In a multi-label scenario, each label is treated as an independent yes/no classification. For that purpose, Sigmoid can be applied to each output unit independently, allowing each label to have a separate probability. Softmax would not be appropriate for multi-label classification, because softmax assumes the classes are exclusive and the probabilities sum to 1, which would contradict the possibility that multiple labels could all be valid at once.
How do we handle numerical instability with Softmax?
When the values of z_i in the softmax function become large in magnitude, the exponential computations can cause overflow. A common way to mitigate this is to subtract the maximum logit (say max_z) from all logits before exponentiation. Concretely, instead of e^{z_i}, we compute e^{z_i - max_z} in both numerator and denominator. This ensures stability because subtracting max_z keeps the exponent close to zero or negative, reducing the chance of overflow.

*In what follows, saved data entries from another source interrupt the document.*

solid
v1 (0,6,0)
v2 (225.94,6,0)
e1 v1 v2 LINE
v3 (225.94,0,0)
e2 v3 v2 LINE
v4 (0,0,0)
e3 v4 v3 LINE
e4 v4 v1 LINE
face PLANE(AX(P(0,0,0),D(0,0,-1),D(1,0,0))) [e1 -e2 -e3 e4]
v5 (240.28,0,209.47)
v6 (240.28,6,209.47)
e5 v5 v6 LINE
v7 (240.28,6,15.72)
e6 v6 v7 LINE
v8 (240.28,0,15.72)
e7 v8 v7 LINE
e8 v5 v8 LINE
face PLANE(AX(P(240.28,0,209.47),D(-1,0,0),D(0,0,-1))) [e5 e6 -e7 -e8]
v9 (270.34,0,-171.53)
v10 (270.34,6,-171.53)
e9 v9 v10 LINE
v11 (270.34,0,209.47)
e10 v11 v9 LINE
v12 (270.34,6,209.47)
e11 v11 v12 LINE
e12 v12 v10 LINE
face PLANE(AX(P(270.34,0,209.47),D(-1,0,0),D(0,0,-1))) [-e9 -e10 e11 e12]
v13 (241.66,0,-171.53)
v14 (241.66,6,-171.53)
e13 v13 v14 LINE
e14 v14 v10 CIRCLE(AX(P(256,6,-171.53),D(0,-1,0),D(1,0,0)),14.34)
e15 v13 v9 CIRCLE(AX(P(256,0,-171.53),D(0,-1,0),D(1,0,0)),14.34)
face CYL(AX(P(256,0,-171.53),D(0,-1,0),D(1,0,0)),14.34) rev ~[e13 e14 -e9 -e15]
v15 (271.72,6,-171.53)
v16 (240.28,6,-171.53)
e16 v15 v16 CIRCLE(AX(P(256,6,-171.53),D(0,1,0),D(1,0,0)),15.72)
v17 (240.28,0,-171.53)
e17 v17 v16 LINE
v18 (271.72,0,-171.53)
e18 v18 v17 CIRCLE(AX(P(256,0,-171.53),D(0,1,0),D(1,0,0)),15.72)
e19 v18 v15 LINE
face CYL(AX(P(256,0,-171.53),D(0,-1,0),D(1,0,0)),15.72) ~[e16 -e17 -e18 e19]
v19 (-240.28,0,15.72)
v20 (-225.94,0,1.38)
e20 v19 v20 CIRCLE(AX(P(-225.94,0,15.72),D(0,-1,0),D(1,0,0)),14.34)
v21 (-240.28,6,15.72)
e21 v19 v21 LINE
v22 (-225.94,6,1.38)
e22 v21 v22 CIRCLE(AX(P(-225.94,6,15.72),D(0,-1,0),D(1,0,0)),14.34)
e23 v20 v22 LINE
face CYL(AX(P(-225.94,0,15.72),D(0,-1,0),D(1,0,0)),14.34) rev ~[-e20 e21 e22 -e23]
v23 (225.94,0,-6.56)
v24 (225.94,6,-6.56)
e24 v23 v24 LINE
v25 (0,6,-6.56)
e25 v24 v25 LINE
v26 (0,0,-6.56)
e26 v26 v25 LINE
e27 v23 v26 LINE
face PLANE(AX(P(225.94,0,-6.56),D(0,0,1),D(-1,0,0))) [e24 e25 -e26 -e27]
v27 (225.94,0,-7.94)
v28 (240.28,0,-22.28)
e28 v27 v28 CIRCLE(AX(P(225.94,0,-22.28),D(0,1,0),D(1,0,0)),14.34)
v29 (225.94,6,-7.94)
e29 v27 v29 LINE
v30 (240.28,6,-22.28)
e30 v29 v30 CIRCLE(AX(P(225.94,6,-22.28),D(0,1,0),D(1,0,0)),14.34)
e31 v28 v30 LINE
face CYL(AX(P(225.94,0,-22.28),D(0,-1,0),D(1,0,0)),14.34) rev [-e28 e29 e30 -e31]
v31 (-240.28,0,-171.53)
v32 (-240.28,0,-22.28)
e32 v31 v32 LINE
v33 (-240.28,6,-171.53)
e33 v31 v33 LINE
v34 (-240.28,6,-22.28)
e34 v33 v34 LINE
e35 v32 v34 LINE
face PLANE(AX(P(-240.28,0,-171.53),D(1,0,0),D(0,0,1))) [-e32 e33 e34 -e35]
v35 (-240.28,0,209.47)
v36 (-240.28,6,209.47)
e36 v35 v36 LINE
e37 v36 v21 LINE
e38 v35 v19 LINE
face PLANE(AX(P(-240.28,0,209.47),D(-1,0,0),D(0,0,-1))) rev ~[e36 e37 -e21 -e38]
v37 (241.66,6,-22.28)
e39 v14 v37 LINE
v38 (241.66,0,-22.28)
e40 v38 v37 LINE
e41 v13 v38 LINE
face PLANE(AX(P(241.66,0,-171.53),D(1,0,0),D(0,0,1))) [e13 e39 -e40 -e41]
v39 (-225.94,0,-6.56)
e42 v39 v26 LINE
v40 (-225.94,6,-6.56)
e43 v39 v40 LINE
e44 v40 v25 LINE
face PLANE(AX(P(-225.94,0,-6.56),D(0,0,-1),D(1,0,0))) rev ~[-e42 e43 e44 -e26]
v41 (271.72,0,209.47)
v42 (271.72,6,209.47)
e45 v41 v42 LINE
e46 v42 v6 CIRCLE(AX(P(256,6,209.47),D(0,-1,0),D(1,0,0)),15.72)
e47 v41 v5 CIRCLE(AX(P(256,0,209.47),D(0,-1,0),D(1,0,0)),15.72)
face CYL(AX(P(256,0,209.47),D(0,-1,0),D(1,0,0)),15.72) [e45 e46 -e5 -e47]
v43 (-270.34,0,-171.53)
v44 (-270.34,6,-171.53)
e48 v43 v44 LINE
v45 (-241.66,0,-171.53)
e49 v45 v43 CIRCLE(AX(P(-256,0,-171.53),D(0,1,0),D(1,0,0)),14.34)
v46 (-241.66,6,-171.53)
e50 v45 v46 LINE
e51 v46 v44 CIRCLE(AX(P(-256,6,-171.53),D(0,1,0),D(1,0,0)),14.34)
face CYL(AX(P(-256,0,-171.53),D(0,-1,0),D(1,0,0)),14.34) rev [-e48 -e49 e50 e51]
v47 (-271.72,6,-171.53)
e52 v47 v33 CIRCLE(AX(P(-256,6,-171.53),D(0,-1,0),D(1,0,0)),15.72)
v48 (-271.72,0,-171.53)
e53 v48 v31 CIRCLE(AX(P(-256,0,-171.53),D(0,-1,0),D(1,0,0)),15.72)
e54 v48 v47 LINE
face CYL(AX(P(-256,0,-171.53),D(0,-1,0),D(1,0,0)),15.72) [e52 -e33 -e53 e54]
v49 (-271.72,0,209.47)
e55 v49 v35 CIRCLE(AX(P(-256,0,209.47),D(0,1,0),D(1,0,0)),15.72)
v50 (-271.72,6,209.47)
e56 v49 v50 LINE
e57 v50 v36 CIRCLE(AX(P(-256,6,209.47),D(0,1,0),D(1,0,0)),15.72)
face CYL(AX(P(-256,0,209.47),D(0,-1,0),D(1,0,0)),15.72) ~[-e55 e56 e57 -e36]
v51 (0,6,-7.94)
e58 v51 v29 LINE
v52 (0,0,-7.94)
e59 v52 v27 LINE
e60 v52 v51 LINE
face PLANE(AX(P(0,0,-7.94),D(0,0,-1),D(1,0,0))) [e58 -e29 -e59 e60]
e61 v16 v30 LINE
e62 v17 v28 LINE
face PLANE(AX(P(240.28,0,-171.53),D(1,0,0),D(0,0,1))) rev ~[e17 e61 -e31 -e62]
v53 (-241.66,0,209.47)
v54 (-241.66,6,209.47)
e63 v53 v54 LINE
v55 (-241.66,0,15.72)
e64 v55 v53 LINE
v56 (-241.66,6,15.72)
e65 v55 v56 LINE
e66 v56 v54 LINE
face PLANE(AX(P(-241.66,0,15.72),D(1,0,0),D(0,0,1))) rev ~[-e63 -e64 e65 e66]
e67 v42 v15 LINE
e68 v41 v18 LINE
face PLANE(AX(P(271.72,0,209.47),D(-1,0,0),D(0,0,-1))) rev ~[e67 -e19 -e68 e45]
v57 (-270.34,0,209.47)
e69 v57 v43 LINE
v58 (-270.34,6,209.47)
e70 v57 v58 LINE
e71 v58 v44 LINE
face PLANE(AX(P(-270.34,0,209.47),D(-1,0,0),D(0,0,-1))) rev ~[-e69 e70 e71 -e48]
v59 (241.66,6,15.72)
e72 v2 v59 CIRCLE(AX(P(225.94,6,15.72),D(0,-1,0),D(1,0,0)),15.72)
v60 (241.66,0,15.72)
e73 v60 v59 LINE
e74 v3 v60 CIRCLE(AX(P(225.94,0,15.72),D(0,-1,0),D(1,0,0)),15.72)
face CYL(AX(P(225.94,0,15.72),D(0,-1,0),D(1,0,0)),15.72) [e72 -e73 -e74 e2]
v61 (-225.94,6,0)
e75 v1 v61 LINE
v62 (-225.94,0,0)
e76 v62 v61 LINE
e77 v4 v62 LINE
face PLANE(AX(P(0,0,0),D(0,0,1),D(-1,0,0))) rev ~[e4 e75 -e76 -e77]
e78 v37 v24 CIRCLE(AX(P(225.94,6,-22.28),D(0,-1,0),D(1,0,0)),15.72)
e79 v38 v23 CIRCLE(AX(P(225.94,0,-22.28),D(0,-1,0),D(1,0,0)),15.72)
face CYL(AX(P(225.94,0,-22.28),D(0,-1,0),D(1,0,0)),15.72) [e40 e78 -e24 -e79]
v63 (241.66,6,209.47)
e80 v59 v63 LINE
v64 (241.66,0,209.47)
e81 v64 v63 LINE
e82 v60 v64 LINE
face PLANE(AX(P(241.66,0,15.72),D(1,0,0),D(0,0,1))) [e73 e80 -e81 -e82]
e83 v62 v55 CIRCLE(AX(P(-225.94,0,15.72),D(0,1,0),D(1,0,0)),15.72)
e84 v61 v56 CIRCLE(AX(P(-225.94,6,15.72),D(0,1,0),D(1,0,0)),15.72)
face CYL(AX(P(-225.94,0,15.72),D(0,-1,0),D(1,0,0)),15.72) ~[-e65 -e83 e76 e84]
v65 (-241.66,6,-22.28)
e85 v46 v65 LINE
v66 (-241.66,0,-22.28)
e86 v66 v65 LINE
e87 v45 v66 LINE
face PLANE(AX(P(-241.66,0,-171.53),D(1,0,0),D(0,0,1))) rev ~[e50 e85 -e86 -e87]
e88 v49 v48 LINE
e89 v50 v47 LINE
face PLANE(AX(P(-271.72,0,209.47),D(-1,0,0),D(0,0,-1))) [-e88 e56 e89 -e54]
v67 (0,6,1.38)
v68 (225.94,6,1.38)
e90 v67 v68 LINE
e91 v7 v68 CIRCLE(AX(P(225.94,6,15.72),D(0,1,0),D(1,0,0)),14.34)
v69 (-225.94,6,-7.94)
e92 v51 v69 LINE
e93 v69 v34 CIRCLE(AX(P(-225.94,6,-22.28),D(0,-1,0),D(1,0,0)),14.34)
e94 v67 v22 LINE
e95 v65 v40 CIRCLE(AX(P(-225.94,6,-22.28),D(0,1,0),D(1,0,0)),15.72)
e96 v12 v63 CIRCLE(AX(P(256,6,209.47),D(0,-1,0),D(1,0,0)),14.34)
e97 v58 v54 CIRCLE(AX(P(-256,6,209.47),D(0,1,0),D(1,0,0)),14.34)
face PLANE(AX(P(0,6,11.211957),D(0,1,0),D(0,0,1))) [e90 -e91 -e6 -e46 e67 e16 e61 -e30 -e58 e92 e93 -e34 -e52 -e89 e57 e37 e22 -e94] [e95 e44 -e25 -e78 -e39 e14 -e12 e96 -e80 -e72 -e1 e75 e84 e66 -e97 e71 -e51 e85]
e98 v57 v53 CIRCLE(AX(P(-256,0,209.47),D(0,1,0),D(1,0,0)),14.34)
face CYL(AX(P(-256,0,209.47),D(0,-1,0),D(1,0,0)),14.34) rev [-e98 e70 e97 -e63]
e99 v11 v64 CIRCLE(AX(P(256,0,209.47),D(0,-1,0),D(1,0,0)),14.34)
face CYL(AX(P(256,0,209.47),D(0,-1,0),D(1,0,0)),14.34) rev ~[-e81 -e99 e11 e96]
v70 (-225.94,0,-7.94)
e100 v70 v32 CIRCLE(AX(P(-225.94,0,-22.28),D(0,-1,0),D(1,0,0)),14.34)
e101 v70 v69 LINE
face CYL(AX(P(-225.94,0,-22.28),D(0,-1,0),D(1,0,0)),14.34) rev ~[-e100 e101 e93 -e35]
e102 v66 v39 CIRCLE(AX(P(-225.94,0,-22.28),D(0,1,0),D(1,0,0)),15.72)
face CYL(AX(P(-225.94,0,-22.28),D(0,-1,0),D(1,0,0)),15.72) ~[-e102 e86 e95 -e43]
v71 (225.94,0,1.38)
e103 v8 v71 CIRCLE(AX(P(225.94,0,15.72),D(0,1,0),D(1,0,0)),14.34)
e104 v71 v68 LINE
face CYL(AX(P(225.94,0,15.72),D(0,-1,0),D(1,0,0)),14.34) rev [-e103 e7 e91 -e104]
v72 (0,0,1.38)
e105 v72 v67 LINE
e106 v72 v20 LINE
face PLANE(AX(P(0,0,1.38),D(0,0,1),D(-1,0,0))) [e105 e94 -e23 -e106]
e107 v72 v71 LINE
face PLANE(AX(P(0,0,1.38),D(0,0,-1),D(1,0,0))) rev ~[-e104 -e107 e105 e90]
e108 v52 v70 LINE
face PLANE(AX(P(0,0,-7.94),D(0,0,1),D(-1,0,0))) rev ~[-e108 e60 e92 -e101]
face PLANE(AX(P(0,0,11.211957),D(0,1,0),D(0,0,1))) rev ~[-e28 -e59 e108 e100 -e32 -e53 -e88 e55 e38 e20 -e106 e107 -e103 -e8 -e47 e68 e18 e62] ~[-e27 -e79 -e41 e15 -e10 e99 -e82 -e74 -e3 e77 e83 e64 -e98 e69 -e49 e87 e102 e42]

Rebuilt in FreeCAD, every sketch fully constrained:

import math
import FreeCAD as App
import Part
import Sketcher

V = App.Vector
Q = App.Units.Quantity

doc = App.newDocument("Part")
body = doc.addObject("PartDesign::Body", "Body")

sketch1 = body.newObject("Sketcher::SketchObject", "Sketch")
sketch1.AttachmentSupport = (doc.getObject("XZ_Plane"), [""])
sketch1.MapMode = "FlatFace"
sketch1.addGeometry([
    Part.LineSegment(V(-225.94, -7.94, 0), V(225.94, -7.94, 0)),
    Part.ArcOfCircle(Part.Circle(V(225.94, -22.28, 0), V(0, 0, 1), 14.34), math.radians(0), math.radians(90)),
    Part.LineSegment(V(240.28, -22.28, 0), V(240.28, -171.53, 0)),
    Part.ArcOfCircle(Part.Circle(V(256, -171.53, 0), V(0, 0, 1), 15.72), math.radians(180), math.radians(360)),
    Part.LineSegment(V(271.72, -171.53, 0), V(271.72, 209.47, 0)),
    Part.ArcOfCircle(Part.Circle(V(256, 209.47, 0), V(0, 0, 1), 15.72), math.radians(0), math.radians(180)),
    Part.LineSegment(V(240.28, 209.47, 0), V(240.28, 15.72, 0)),
    Part.ArcOfCircle(Part.Circle(V(225.94, 15.72, 0), V(0, 0, 1), 14.34), math.radians(-90), math.radians(0)),
    Part.LineSegment(V(225.94, 1.38, 0), V(-225.94, 1.38, 0)),
    Part.ArcOfCircle(Part.Circle(V(-225.94, 15.72, 0), V(0, 0, 1), 14.34), math.radians(180), math.radians(270)),
    Part.LineSegment(V(-240.28, 15.72, 0), V(-240.28, 209.47, 0)),
    Part.ArcOfCircle(Part.Circle(V(-256, 209.47, 0), V(0, 0, 1), 15.72), math.radians(0), math.radians(180)),
    Part.LineSegment(V(-271.72, 209.47, 0), V(-271.72, -171.53, 0)),
    Part.ArcOfCircle(Part.Circle(V(-256, -171.53, 0), V(0, 0, 1), 15.72), math.radians(180), math.radians(360)),
    Part.LineSegment(V(-240.28, -171.53, 0), V(-240.28, -22.28, 0)),
    Part.ArcOfCircle(Part.Circle(V(-225.94, -22.28, 0), V(0, 0, 1), 14.34), math.radians(90), math.radians(180)),
    Part.LineSegment(V(-241.66, 209.47, 0), V(-241.66, 15.72, 0)),
    Part.ArcOfCircle(Part.Circle(V(-225.94, 15.72, 0), V(0, 0, 1), 15.72), math.radians(180), math.radians(270)),
    Part.LineSegment(V(-225.94, 0, 0), V(225.94, 0, 0)),
    Part.ArcOfCircle(Part.Circle(V(225.94, 15.72, 0), V(0, 0, 1), 15.72), math.radians(-90), math.radians(0)),
    Part.LineSegment(V(241.66, 15.72, 0), V(241.66, 209.47, 0)),
    Part.ArcOfCircle(Part.Circle(V(256, 209.47, 0), V(0, 0, 1), 14.34), math.radians(0), math.radians(180)),
    Part.LineSegment(V(270.34, 209.47, 0), V(270.34, -171.53, 0)),
    Part.ArcOfCircle(Part.Circle(V(256, -171.53, 0), V(0, 0, 1), 14.34), math.radians(180), math.radians(360)),
    Part.LineSegment(V(241.66, -171.53, 0), V(241.66, -22.28, 0)),
    Part.ArcOfCircle(Part.Circle(V(225.94, -22.28, 0), V(0, 0, 1), 15.72), math.radians(0), math.radians(90)),
    Part.LineSegment(V(225.94, -6.56, 0), V(-225.94, -6.56, 0)),
    Part.ArcOfCircle(Part.Circle(V(-225.94, -22.28, 0), V(0, 0, 1), 15.72), math.radians(90), math.radians(180)),
    Part.LineSegment(V(-241.66, -22.28, 0), V(-241.66, -171.53, 0)),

Can Sigmoid and Softmax appear in the same model?
It is possible to have a deep neural network where internal or auxiliary heads use Sigmoid (for something like multi-label aspects) and the main classification head uses Softmax (for a multi-class classification). The architecture design depends on how the problem is structured. For instance, some complex tasks might have a multi-class single-label classification component alongside separate binary properties being predicted.
How can we implement Sigmoid and Softmax in frameworks like PyTorch or TensorFlow?
In PyTorch, you can use torch.nn.Sigmoid or torch.sigmoid(x) for the Sigmoid function, and torch.nn.Softmax or torch.softmax(x, dim) for the Softmax function. In TensorFlow, tf.nn.sigmoid(x) applies the Sigmoid function elementwise, and tf.nn.softmax(x) applies the Softmax across a given dimension.
import torch
import torch.nn as nn
import torch.nn.functional as F
x = torch.tensor([2.0, 1.0, 0.1])
sigmoid_output = torch.sigmoid(x) # Per-element Sigmoid
softmax_output = F.softmax(x, dim=0) # Softmax across a single dimension
print("Sigmoid output:", sigmoid_output)
print("Softmax output:", softmax_output)
Both of these functions are extremely common in building neural network layers for classification tasks, and learning which one to pick depends on the nature of the classification: binary or multi-class.